Work request ▸
Looking at the records below, say how many lines include "BuildPart", and add nothing else.
═════ Supplied data
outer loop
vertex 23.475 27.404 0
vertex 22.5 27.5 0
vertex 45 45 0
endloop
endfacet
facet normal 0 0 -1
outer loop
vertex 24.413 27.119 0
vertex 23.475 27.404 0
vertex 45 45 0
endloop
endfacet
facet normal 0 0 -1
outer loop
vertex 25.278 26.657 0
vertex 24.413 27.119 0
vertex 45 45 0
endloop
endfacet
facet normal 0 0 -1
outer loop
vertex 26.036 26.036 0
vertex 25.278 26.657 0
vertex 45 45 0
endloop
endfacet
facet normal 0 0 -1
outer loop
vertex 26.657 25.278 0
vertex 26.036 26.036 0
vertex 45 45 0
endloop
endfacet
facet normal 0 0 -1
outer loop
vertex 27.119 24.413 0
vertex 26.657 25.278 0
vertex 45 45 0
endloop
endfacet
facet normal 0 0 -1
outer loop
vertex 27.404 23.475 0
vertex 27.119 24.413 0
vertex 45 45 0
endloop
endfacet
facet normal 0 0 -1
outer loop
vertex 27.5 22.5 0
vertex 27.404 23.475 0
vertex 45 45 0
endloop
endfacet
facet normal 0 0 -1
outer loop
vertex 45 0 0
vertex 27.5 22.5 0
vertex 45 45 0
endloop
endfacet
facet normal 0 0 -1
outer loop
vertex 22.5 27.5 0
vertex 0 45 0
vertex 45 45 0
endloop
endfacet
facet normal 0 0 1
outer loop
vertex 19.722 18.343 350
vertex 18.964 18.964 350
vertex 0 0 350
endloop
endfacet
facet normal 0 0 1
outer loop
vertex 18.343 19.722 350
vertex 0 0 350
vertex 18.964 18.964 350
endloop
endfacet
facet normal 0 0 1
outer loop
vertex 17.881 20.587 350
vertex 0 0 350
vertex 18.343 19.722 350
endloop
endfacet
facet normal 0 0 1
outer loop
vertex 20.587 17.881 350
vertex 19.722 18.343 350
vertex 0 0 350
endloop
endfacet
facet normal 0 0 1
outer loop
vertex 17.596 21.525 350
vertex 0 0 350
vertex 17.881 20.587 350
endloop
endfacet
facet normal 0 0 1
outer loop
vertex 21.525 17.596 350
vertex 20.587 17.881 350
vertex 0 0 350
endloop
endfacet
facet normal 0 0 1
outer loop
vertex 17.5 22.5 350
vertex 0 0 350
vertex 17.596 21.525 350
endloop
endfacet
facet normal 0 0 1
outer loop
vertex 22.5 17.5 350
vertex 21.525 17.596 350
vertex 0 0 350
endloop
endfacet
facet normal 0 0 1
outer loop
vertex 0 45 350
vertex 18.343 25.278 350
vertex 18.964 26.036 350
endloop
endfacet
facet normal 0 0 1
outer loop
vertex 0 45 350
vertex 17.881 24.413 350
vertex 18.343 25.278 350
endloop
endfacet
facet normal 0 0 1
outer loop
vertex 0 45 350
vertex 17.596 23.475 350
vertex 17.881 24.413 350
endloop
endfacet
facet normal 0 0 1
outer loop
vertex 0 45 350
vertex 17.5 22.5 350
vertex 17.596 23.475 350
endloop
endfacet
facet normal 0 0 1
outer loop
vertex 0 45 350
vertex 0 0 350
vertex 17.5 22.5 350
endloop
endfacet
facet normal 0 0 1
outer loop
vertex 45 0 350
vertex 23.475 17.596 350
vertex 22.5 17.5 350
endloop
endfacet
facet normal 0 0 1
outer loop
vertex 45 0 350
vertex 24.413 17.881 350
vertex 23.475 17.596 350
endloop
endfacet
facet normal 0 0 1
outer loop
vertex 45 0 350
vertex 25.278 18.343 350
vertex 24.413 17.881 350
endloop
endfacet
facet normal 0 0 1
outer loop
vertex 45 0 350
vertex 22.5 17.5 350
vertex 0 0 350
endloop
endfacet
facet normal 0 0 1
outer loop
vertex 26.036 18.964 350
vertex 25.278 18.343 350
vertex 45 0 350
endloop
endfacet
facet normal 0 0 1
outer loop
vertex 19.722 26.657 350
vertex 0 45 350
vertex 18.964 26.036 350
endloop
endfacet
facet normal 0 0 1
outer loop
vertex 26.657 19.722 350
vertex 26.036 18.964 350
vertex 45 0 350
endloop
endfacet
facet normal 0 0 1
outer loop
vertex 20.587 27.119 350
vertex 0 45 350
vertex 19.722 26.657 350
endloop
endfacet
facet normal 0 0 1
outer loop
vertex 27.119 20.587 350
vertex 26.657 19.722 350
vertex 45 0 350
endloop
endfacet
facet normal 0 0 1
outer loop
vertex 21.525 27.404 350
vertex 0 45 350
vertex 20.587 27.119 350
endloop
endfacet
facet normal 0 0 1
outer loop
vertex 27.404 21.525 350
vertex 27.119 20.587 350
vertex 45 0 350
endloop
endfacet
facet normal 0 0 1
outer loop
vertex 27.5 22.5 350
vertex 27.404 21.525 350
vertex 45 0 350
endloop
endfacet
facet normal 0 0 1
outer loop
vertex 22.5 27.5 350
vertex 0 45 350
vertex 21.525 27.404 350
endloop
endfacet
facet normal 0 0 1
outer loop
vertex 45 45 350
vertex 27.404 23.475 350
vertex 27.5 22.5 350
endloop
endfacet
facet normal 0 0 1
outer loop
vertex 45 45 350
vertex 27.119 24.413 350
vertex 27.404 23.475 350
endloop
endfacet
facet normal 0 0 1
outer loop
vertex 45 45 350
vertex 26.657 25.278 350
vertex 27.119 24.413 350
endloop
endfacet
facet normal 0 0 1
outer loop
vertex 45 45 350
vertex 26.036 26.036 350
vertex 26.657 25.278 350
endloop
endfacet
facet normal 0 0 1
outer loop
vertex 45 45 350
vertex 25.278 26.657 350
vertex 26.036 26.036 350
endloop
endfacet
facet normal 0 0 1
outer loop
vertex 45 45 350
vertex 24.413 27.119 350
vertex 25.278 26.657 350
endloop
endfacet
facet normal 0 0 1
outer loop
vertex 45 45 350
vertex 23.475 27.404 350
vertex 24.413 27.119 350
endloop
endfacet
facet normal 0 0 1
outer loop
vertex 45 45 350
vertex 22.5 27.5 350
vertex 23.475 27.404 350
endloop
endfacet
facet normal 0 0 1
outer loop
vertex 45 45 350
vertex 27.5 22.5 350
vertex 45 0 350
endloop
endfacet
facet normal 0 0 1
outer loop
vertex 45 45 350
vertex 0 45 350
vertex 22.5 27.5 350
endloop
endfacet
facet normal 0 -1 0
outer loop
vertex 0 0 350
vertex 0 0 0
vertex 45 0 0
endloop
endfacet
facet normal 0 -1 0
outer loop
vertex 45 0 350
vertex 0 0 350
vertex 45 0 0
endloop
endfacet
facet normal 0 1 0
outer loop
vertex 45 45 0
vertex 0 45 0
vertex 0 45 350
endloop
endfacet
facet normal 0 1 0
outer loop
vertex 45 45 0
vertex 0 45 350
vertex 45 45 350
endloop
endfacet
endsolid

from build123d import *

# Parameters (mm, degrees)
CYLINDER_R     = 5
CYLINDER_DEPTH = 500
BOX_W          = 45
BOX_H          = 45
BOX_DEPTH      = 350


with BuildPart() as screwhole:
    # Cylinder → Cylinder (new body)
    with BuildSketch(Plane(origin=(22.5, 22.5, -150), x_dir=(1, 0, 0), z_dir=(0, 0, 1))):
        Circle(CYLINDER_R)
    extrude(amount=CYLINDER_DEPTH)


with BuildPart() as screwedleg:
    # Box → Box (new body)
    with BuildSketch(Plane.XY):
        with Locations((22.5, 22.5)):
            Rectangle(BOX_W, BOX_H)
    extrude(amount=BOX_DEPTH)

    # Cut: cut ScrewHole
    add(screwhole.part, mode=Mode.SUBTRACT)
══════════
═════ Supplied data
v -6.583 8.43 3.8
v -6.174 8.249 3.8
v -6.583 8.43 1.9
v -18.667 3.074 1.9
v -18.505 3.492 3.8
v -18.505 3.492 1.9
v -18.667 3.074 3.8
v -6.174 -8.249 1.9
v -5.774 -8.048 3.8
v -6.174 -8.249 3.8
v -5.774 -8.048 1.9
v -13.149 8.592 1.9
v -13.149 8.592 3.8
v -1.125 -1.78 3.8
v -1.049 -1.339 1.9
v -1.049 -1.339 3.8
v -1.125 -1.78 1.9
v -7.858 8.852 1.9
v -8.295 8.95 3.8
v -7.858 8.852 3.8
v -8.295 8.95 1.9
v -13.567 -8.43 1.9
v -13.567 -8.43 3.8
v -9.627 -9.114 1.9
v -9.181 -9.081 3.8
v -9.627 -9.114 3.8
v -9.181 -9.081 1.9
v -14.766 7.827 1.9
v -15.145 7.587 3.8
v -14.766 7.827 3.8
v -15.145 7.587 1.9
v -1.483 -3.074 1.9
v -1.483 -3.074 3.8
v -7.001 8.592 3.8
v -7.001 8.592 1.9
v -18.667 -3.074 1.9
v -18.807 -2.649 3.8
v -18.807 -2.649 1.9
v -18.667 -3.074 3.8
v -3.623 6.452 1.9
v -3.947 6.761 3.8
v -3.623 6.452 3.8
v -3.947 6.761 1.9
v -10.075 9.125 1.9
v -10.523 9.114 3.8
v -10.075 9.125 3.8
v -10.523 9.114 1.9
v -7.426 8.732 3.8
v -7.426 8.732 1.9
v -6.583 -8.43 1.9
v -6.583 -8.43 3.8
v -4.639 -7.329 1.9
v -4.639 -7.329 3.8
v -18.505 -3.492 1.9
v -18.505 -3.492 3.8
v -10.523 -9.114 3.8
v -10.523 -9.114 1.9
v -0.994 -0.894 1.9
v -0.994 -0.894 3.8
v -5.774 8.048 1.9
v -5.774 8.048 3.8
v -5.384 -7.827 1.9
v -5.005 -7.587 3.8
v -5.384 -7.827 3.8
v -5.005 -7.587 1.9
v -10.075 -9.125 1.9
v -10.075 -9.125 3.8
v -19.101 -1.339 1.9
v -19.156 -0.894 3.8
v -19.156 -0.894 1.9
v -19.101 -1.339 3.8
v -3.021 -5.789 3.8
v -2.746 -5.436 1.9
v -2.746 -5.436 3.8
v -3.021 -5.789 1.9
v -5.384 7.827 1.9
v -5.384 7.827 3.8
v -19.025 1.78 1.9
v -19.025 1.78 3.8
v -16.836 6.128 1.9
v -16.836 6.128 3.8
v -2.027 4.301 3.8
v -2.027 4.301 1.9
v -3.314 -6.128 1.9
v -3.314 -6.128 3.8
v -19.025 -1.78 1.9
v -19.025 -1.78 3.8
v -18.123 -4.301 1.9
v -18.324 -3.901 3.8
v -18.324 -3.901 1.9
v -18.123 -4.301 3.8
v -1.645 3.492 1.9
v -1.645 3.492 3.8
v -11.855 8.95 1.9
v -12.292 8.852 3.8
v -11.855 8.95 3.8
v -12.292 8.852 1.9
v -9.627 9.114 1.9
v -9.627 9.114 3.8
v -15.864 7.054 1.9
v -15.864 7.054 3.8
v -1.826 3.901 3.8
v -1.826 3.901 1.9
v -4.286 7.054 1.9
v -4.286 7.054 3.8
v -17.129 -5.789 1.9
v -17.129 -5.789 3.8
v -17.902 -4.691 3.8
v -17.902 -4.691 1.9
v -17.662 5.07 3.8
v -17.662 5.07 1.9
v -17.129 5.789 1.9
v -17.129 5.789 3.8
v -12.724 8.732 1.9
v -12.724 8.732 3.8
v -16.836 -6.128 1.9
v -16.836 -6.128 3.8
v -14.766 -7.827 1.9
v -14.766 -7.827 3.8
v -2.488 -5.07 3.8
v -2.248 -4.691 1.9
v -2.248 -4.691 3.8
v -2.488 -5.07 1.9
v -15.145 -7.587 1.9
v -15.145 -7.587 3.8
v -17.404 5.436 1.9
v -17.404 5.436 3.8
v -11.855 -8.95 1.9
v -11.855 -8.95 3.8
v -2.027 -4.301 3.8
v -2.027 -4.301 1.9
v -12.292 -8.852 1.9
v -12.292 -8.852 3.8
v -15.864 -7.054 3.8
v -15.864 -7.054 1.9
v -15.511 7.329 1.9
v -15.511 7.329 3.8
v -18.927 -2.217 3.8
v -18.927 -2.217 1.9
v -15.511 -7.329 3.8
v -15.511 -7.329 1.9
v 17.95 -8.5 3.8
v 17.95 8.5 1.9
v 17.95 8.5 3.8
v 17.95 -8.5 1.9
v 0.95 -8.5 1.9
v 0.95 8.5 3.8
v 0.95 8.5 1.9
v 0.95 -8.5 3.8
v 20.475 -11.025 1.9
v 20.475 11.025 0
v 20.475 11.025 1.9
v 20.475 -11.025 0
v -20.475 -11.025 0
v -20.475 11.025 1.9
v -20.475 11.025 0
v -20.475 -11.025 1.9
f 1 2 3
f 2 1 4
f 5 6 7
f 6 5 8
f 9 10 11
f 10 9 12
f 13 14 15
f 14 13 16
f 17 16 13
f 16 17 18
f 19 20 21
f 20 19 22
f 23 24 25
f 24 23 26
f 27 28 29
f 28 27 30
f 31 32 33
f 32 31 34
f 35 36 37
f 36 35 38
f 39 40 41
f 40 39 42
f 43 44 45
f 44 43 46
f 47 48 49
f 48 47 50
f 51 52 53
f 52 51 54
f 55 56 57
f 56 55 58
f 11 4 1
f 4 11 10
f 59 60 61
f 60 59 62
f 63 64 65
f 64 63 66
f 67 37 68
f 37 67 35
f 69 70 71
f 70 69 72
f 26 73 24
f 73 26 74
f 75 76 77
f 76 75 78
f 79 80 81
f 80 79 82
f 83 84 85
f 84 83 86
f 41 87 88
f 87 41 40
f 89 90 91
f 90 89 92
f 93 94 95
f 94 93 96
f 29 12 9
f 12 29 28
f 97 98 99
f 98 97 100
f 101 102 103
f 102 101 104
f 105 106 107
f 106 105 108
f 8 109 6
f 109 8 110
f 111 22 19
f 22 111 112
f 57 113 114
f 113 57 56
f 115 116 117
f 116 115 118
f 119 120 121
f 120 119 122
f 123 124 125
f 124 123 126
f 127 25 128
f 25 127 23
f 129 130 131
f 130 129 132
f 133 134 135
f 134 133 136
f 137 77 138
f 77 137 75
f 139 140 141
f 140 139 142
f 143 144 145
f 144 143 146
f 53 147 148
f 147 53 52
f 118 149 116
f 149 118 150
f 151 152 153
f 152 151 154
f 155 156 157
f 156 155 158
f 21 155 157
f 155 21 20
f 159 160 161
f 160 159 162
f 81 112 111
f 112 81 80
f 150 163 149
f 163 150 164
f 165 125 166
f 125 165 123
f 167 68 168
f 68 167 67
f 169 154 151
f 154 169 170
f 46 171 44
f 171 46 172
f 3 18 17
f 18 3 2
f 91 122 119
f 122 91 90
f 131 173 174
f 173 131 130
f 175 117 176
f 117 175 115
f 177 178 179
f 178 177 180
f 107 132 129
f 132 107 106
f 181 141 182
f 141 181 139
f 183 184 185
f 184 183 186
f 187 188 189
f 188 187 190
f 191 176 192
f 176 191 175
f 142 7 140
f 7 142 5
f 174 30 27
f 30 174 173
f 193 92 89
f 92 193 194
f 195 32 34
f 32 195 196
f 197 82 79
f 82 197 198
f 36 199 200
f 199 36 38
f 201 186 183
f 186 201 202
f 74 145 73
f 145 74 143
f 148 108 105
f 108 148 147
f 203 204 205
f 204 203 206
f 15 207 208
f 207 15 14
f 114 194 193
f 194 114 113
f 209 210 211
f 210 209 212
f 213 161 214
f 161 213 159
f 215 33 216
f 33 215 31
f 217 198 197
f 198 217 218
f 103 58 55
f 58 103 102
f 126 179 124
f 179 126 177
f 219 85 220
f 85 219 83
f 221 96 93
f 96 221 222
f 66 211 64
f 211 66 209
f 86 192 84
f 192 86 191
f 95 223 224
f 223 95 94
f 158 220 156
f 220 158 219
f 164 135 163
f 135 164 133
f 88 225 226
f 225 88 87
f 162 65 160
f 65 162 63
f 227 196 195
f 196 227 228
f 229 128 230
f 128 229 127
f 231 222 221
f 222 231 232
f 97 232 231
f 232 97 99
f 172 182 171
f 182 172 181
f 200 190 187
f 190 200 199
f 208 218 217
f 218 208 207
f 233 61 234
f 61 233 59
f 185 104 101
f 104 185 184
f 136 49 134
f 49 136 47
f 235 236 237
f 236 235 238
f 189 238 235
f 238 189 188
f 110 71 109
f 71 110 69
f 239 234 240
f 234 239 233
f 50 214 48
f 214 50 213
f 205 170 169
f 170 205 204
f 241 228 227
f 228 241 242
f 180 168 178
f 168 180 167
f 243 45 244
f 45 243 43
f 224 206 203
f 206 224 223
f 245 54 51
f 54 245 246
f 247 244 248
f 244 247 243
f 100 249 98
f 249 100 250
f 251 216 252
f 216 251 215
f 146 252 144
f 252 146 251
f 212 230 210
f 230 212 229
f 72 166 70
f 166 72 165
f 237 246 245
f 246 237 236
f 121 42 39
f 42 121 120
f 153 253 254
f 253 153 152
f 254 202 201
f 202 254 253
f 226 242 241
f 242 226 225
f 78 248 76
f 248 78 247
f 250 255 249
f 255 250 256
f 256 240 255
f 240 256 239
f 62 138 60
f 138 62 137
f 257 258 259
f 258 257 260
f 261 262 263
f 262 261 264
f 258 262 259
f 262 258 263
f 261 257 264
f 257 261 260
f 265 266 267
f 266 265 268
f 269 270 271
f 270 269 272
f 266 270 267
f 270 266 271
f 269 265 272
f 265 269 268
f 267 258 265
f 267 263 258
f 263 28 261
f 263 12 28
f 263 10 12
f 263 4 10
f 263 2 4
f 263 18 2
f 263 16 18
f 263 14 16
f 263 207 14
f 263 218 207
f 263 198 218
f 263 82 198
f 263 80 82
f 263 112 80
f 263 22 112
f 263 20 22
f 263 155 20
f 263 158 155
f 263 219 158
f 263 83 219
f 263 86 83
══════════
Task response ▸
2